====== Dataset content

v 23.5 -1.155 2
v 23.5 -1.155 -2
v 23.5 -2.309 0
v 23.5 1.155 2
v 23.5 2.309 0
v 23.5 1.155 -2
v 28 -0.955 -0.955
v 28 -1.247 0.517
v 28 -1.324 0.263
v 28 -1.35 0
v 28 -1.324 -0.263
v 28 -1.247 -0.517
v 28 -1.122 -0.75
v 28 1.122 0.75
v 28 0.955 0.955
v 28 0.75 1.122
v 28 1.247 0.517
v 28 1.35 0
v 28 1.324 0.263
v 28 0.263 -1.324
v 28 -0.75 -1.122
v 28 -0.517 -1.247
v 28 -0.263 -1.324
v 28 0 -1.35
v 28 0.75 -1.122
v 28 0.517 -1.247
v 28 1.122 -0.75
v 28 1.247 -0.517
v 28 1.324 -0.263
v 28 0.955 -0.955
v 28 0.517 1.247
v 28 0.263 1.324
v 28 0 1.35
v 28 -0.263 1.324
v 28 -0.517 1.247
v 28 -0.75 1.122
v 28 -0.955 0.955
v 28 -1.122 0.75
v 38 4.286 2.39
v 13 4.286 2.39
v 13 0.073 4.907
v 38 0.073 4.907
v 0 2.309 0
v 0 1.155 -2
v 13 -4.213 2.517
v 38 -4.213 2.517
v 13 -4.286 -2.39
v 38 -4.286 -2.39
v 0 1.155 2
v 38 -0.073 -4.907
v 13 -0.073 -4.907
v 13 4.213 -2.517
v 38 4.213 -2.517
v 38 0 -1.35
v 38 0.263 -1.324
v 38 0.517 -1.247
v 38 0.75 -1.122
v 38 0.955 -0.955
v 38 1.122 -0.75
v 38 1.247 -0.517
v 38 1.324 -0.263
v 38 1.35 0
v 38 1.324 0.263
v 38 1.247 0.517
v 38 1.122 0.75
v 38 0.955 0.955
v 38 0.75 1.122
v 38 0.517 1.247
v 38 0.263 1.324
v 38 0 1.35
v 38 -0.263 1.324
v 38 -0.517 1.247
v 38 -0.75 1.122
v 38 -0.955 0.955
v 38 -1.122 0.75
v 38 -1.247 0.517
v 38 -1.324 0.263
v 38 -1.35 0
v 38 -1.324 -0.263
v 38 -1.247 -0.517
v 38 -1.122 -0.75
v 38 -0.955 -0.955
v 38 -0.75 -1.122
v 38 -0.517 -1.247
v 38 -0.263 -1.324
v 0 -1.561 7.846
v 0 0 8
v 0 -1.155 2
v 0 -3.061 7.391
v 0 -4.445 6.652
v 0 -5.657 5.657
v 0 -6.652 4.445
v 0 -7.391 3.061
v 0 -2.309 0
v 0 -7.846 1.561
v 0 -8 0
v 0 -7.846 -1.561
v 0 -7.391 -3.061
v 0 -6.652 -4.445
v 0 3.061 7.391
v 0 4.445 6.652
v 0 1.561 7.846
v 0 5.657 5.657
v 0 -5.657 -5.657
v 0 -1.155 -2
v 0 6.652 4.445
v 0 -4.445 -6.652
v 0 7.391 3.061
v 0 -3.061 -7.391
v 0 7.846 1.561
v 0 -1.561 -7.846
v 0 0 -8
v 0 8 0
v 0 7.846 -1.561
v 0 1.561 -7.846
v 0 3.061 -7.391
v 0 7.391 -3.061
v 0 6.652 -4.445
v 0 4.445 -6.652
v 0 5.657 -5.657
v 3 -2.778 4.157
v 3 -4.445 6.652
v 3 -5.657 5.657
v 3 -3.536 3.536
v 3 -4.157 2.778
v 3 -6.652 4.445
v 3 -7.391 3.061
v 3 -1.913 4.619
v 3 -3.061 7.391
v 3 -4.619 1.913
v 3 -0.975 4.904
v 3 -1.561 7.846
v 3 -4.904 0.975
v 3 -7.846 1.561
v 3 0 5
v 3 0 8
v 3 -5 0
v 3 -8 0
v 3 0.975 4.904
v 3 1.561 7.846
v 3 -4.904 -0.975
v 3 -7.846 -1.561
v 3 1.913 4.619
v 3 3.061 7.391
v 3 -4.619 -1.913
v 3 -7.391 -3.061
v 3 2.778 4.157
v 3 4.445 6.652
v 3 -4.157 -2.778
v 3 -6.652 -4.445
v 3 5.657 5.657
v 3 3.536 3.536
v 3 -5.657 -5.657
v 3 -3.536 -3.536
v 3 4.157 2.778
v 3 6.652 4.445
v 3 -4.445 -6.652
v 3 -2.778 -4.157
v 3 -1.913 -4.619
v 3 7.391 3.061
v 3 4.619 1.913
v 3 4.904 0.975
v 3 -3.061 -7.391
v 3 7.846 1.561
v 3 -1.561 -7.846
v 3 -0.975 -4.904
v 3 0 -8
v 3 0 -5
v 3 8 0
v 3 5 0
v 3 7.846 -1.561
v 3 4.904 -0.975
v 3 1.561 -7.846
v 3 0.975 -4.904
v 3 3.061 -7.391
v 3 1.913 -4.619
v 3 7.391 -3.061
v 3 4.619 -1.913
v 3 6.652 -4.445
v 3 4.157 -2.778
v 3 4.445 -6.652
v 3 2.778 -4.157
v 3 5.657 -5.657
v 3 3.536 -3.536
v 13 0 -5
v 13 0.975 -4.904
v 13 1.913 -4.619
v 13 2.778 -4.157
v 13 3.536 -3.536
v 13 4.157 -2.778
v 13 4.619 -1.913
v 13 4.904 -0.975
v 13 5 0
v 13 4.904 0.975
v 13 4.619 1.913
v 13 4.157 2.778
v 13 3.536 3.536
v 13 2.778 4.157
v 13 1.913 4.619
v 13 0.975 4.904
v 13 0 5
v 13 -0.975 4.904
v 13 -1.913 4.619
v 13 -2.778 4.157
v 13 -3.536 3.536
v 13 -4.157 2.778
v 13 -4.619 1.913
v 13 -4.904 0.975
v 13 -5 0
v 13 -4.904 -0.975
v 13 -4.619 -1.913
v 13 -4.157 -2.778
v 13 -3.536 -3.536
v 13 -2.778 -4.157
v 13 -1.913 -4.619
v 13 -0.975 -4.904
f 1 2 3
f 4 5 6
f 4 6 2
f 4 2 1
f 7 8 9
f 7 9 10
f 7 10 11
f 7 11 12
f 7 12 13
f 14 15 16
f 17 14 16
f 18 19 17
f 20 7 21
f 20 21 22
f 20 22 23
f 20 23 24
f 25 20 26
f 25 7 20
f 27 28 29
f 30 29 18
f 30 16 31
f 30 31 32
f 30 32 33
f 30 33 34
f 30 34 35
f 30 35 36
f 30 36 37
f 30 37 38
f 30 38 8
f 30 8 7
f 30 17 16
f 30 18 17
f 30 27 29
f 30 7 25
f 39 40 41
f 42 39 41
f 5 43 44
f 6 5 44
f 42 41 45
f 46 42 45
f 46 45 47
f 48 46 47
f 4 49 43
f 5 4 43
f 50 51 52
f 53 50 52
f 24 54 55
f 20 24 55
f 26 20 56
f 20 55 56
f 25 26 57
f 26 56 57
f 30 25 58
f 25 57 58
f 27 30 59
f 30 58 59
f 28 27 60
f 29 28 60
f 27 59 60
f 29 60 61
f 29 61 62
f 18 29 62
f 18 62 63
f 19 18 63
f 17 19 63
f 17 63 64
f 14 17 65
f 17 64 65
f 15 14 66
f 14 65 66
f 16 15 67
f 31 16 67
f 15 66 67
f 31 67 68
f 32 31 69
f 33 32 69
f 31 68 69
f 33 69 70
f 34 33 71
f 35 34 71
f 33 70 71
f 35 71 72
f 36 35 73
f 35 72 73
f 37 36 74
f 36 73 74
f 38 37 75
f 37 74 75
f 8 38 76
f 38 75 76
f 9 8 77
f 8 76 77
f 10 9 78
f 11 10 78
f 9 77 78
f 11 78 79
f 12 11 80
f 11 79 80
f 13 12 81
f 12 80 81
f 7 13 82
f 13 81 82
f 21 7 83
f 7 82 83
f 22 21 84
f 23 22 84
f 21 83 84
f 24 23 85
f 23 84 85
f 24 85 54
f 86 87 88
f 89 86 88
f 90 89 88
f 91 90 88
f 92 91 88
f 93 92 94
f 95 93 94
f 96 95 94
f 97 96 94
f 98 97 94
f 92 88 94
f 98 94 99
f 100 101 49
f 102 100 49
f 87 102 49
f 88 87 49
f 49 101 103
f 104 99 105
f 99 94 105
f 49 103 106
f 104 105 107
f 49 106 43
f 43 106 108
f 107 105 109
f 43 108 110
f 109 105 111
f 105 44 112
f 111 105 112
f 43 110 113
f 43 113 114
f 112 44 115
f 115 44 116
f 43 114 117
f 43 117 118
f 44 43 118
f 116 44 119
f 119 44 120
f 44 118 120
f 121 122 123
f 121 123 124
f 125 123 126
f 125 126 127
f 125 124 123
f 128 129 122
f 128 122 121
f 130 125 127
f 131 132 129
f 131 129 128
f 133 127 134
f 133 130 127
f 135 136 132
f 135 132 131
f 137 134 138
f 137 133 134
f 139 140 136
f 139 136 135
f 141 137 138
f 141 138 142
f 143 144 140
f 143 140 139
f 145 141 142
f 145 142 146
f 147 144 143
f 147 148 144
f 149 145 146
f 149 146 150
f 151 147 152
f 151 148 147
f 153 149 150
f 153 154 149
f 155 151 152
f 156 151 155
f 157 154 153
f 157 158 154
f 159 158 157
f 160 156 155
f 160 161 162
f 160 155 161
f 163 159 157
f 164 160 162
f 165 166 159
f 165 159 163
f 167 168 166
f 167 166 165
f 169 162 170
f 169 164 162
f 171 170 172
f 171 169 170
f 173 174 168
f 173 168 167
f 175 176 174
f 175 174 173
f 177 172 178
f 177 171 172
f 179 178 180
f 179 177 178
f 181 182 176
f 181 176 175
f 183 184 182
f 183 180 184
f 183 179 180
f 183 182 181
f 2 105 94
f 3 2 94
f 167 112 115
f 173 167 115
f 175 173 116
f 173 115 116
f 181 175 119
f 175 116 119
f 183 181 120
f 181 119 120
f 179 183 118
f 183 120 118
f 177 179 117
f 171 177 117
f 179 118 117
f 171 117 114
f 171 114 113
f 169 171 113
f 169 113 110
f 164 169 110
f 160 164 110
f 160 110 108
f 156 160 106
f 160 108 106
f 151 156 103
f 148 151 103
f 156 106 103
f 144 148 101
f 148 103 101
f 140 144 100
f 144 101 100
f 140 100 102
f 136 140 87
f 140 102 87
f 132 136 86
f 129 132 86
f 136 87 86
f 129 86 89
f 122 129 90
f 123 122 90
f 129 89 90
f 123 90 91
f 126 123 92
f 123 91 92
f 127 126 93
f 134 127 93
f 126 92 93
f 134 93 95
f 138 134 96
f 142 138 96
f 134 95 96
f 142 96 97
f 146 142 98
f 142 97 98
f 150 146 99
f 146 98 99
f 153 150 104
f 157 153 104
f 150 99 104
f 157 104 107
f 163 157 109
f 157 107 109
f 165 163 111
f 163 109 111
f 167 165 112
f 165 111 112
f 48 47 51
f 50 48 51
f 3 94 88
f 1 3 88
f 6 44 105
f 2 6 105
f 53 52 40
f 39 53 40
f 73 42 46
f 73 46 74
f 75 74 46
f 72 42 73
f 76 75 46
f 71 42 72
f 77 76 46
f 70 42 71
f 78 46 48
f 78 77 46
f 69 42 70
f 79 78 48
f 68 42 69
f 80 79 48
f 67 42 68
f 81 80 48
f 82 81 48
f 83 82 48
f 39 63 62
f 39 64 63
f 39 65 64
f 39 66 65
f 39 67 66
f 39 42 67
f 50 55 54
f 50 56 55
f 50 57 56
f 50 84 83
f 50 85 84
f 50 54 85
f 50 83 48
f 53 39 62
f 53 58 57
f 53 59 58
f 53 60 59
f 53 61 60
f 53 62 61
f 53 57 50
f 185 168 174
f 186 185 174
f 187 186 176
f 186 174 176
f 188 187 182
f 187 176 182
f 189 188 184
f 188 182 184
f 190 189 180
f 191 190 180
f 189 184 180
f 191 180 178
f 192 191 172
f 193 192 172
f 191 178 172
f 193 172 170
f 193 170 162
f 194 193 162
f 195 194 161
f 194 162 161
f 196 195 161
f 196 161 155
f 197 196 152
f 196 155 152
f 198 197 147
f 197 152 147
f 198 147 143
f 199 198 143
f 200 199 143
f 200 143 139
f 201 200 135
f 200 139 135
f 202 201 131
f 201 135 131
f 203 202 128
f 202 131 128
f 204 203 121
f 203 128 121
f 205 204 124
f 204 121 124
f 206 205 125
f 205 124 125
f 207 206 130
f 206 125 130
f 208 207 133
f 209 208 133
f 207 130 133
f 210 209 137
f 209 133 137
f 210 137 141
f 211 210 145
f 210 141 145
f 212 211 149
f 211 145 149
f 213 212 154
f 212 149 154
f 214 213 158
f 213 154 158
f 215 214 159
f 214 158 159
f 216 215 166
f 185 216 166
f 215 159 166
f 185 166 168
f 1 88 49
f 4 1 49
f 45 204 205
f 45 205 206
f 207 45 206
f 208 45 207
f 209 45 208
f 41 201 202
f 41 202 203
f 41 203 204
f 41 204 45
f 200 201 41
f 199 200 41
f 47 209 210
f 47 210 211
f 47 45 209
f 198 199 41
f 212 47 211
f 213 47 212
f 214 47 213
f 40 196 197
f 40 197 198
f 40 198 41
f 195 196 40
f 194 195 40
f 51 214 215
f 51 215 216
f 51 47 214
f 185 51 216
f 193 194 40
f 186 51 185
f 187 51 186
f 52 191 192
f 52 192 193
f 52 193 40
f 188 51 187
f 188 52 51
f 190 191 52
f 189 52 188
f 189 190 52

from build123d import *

# Parameters (mm, degrees)
SKETCH2_R           = 8
BOSS_EXTRUDE1_DEPTH = 3
SKETCH3_R           = 5
BOSS_EXTRUDE2_DEPTH = 10
BOSS_EXTRUDE3_DEPTH = 25
SKETCH8_R           = 1.35
CUT_EXTRUDE3_DEPTH  = 10
CUT_EXTRUDE5_DEPTH  = 23.5


with BuildPart() as part:
    # Sketch2 → Boss-Extrude1 (new body)
    with BuildSketch(Plane(origin=(0, 0, 0), x_dir=(0, 0, -1), z_dir=(1, 0, 0))):
        Circle(SKETCH2_R)
    extrude(amount=BOSS_EXTRUDE1_DEPTH)

    # Sketch3 → Boss-Extrude2 (add)
    with BuildSketch(Plane(origin=(3, 0, 0), x_dir=(0, 0, -1), z_dir=(1, 0, 0))):
        Circle(SKETCH3_R)
    extrude(amount=BOSS_EXTRUDE2_DEPTH)

    # Sketch6 → Boss-Extrude3 (add)
    with BuildSketch(Plane(origin=(13, 0, 0), x_dir=(0, 0, -1), z_dir=(1, 0, 0))):
        Polygon((2.389986953, -4.286174949), (4.906929868, -0.073298058), (2.516942915, 4.212876891), (-2.389986953, 4.286174949), (-4.906929868, 0.073298058), (-2.516942915, -4.212876891), align=None)
    extrude(amount=BOSS_EXTRUDE3_DEPTH)

    # Sketch8 → Cut-Extrude3 (cut)
    with BuildSketch(Plane(origin=(38, 0, 0), x_dir=(0, 0, -1), z_dir=(1, 0, 0))):
        Circle(SKETCH8_R)
    extrude(amount=-CUT_EXTRUDE3_DEPTH, mode=Mode.SUBTRACT)

    # Sketch5 → Cut-Extrude5 (cut)
    with BuildSketch(Plane.ZY):
        Polygon((0, -2.309401077), (2, -1.154700538), (2, 1.154700538), (0, 2.309401077), (-2, 1.154700538), (-2, -1.154700538), align=None)
    extrude(amount=-CUT_EXTRUDE5_DEPTH, mode=Mode.SUBTRACT)


solid = part.part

============

Work instructions >>
In the entries above, find the line holding "v 28 -1.35 0" and the line holding "v 38 4.286 2.39"; print both of them and every line between, exactly, and nothing else.

Exercise output >>
v 28 -1.35 0
v 28 -1.324 -0.263
v 28 -1.247 -0.517
v 28 -1.122 -0.75
v 28 1.122 0.75
v 28 0.955 0.955
v 28 0.75 1.122
v 28 1.247 0.517
v 28 1.35 0
v 28 1.324 0.263
v 28 0.263 -1.324
v 28 -0.75 -1.122
v 28 -0.517 -1.247
v 28 -0.263 -1.324
v 28 0 -1.35
v 28 0.75 -1.122
v 28 0.517 -1.247
v 28 1.122 -0.75
v 28 1.247 -0.517
v 28 1.324 -0.263
v 28 0.955 -0.955
v 28 0.517 1.247
v 28 0.263 1.324
v 28 0 1.35
v 28 -0.263 1.324
v 28 -0.517 1.247
v 28 -0.75 1.122
v 28 -0.955 0.955
v 28 -1.122 0.75
v 38 4.286 2.39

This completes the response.